I know! It makes your eyes water thinking about it  Unless she meant the kitten got pregnant at 4 months old ... I hope i have my wires crossed on that, but even still 4 months is still far far far too young 

She was found in a gap between two council houses giving birth amongst all the rubbish 

She also told me that the van doing TNR hasn't been round in my area for years, I wish they would make a return visit


----------



## buffie (May 31, 2010)

Taylorbaby said:


> how the hell did she get pregnant at 8 weeks old??? :frown2:


I just assumed you meant was 4 months when mated As it would have to be impossible surely at 8 weeks old.


----------



## Pixel (May 13, 2011)

It's shocking enough when you hear of a six month old kitten having kittens but a four month old . I do hope she makes it.


----------



## Taylorbaby (Jan 10, 2009)

oh thats horrible I can just picture her very scared in the rubbish   

who are these bloody people that do this??? just wish we could do it back to them, see how they like it, poor girl, im not surprised that the poor kittens all passed  im surprised that she managed to pass them looking at my kits :frown2:

lets hope that she was 4 months, poor thing


----------



## Amethyst (Jun 16, 2010)

These things are happenning all around the country, it's heartbreaking and something that could be so esily be prevented 

WHAT is wrong with some owners ... :nonod:


----------



## Lumboo (Mar 31, 2011)

How awful - what a horrible experience.

However I think OP said this kitten was feral, not owned by anyone. It should serve as a warning for anyone wishing to delay spaying though. Hope she makes it.


----------



## K337 (May 20, 2011)

My aunt told me a similar heart-breaking story just yesterday evening. She had a little farm cat that she rescued as a young girl. This poor little cat had her first kittens at just over 5 months, and while she was still suckling those kittens she got pregnant again. My aunt took her to the vets to get her spayed as soon as she could and the vet said that it was surprising the first litter didn't kill her and that the second litter almost certainly would have as she was still just a baby herself.

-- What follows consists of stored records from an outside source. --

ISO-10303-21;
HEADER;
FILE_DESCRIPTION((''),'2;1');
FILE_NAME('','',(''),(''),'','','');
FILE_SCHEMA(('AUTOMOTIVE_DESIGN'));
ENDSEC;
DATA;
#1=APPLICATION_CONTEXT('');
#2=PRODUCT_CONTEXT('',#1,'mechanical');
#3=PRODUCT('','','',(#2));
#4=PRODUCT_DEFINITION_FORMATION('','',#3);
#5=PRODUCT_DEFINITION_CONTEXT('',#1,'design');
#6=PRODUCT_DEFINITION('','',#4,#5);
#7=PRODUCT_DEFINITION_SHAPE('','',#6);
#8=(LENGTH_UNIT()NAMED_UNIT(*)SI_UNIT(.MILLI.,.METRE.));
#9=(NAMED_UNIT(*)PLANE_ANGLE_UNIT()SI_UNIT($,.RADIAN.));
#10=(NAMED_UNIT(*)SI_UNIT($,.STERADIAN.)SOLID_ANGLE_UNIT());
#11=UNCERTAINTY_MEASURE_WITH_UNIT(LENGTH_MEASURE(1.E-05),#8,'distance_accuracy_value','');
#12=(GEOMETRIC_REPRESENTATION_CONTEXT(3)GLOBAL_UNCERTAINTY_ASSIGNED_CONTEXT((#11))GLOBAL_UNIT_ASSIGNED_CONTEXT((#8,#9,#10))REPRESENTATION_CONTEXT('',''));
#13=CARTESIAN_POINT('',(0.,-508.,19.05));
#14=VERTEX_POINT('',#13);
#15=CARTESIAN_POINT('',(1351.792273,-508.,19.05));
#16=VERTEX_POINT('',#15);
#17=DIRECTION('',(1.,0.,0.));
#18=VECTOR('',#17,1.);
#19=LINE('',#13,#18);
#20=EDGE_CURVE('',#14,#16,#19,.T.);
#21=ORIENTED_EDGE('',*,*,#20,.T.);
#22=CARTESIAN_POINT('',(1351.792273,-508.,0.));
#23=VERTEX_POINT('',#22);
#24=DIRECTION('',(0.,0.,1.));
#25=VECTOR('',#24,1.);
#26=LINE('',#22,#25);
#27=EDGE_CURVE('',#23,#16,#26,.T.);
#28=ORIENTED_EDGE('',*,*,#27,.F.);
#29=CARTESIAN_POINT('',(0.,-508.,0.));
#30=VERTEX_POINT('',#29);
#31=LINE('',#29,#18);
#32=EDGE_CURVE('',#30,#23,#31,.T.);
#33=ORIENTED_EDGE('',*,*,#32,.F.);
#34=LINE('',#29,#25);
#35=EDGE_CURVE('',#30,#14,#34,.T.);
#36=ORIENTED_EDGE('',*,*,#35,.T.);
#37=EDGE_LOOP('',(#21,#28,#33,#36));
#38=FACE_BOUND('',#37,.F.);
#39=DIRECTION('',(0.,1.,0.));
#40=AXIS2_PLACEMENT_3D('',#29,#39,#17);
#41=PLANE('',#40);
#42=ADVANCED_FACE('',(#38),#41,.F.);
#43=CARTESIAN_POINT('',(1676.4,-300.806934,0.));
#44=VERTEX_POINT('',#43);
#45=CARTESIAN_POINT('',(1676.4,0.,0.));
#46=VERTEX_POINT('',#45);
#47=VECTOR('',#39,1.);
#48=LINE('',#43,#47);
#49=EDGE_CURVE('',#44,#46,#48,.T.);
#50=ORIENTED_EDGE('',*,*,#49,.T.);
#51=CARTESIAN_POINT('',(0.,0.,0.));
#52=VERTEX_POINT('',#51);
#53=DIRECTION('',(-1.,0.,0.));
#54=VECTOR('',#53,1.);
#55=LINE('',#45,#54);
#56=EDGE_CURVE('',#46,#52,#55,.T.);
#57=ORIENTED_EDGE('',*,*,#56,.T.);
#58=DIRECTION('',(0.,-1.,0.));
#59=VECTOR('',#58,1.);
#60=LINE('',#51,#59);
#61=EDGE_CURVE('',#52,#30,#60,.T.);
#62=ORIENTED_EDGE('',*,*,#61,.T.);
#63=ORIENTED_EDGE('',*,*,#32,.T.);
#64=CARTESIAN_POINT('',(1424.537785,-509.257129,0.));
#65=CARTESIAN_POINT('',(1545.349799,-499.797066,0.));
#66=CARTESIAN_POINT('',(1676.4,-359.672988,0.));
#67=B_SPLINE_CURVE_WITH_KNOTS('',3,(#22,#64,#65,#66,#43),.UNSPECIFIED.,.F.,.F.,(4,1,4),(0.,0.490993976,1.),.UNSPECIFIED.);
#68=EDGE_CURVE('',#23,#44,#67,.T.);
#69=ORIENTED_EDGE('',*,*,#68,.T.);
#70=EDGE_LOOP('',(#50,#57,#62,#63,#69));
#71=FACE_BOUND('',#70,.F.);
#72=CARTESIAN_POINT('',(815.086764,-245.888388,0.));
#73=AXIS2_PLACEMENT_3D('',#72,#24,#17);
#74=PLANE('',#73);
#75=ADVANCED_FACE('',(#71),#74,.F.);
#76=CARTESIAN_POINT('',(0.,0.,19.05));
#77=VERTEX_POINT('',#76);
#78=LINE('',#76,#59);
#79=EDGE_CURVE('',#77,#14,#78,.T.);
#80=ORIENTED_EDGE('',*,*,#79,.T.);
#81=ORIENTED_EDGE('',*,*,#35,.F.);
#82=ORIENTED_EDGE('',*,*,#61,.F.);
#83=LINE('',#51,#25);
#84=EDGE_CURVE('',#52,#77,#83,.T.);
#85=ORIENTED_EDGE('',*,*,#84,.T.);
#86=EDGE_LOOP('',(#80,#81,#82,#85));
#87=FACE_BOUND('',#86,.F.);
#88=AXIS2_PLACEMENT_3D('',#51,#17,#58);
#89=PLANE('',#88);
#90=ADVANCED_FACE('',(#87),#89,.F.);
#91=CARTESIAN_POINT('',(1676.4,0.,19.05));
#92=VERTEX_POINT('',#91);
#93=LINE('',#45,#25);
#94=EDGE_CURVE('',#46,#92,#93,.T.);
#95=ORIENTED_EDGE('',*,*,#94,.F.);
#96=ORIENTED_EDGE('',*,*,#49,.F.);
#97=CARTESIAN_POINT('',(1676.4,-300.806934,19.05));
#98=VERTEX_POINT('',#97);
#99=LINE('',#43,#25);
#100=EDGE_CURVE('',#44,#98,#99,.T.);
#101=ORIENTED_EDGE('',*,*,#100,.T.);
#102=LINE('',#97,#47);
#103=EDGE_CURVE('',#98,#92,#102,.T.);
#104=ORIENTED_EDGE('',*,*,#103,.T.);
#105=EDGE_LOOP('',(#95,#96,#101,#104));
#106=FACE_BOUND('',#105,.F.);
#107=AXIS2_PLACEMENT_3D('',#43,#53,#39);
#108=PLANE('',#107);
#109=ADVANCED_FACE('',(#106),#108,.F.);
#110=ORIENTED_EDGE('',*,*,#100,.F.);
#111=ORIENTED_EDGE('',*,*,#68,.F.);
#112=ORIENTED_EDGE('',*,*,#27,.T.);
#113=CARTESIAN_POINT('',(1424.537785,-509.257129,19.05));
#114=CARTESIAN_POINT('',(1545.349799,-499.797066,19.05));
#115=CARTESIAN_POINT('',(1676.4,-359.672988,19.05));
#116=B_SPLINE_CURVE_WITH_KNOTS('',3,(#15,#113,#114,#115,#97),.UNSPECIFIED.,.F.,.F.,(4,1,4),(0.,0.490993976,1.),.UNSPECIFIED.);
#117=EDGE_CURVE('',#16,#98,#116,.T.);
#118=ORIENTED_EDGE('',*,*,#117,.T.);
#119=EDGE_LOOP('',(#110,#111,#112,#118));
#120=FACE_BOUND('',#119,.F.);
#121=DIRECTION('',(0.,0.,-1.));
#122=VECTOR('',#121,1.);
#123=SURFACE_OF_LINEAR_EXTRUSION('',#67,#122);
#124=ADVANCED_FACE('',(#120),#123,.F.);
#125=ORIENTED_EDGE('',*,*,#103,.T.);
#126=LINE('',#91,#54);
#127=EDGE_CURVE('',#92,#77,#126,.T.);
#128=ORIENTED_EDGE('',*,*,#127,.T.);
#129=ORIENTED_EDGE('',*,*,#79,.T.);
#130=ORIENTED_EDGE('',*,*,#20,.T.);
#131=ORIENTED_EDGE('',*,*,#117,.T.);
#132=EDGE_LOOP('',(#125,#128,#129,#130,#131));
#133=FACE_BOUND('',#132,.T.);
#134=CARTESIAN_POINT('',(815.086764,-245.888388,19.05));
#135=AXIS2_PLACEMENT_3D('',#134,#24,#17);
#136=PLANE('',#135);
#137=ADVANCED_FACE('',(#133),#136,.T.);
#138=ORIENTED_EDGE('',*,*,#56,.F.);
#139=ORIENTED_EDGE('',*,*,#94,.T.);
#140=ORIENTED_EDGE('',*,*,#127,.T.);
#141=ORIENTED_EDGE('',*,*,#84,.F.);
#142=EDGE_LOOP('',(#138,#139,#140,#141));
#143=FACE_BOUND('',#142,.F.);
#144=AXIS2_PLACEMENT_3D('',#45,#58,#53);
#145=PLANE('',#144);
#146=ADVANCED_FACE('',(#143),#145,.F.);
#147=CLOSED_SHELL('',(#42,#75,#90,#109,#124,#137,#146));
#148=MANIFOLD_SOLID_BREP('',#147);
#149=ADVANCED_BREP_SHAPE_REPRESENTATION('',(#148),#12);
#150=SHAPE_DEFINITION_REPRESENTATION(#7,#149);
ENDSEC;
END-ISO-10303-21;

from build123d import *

# Parameters (mm, degrees)
F1_DEPTH = 19.05


with BuildPart() as f1:
    # F0 (on Top) → F1 (new body)
    with BuildSketch(Plane.XY):
        with BuildLine():
            Line((1676.4, 0), (0, 0))
            Line((0, 0), (0, -508))
            Line((0, -508), (1351.7922725288, -508))
            add(Edge.make_bspline(
                [(1351.7922725288, -508), (1424.5377850671, -509.2571292397), (1545.3497992736, -499.7970663676), (1676.4, -359.6729882774), (1676.4, -300.8069336454)],
                knots=[0, 0, 0, 0, 0.4909939758, 1, 1, 1, 1], degree=3))
            Line((1676.4, -300.8069336454), (1676.4, 0))
        make_face()
    extrude(amount=F1_DEPTH)


solid = f1.part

Unfortunately the prevalent attitude back then (locally) seemed to be that the only use for a cat was to reduce vermin. Lucky that the vet didn't share that attitude!


----------



## missye87 (Apr 4, 2011)

Poor little sweetheart, I hope she pulls through. 
Will you keep us posted?


----------



## dagny0823 (Oct 20, 2009)

Taylorbaby said:


> how the hell did she get pregnant at 8 weeks old??? :frown2:


Wouldn't four months be 16 weeks? Still terribly young, but a little better. Probably her very first heat, poor baby.


----------



## dagny0823 (Oct 20, 2009)

Amethyst said:


> These things are happenning all around the country, it's heartbreaking and something that could be so esily be prevented
> 
> WHAT is wrong with some owners ... :nonod:


 If she was feral, there wasn't an owner.


----------



## buffie (May 31, 2010)

dagny0823 said:


> Wouldn't four months be 16 weeks? Still terribly young, but a little better. Probably her very first heat, poor baby.


I think the doubt is was she 4 months _when _she became pregnant or 4 months when she gave birth ,though I cant imagine she was 4 months when she gave birth.


----------



## dagny0823 (Oct 20, 2009)

buffie said:


> I think the doubt is was she 4 months _when _she became pregnant or 4 months when she gave birth ,though I cant imagine she was 4 months when she gave birth.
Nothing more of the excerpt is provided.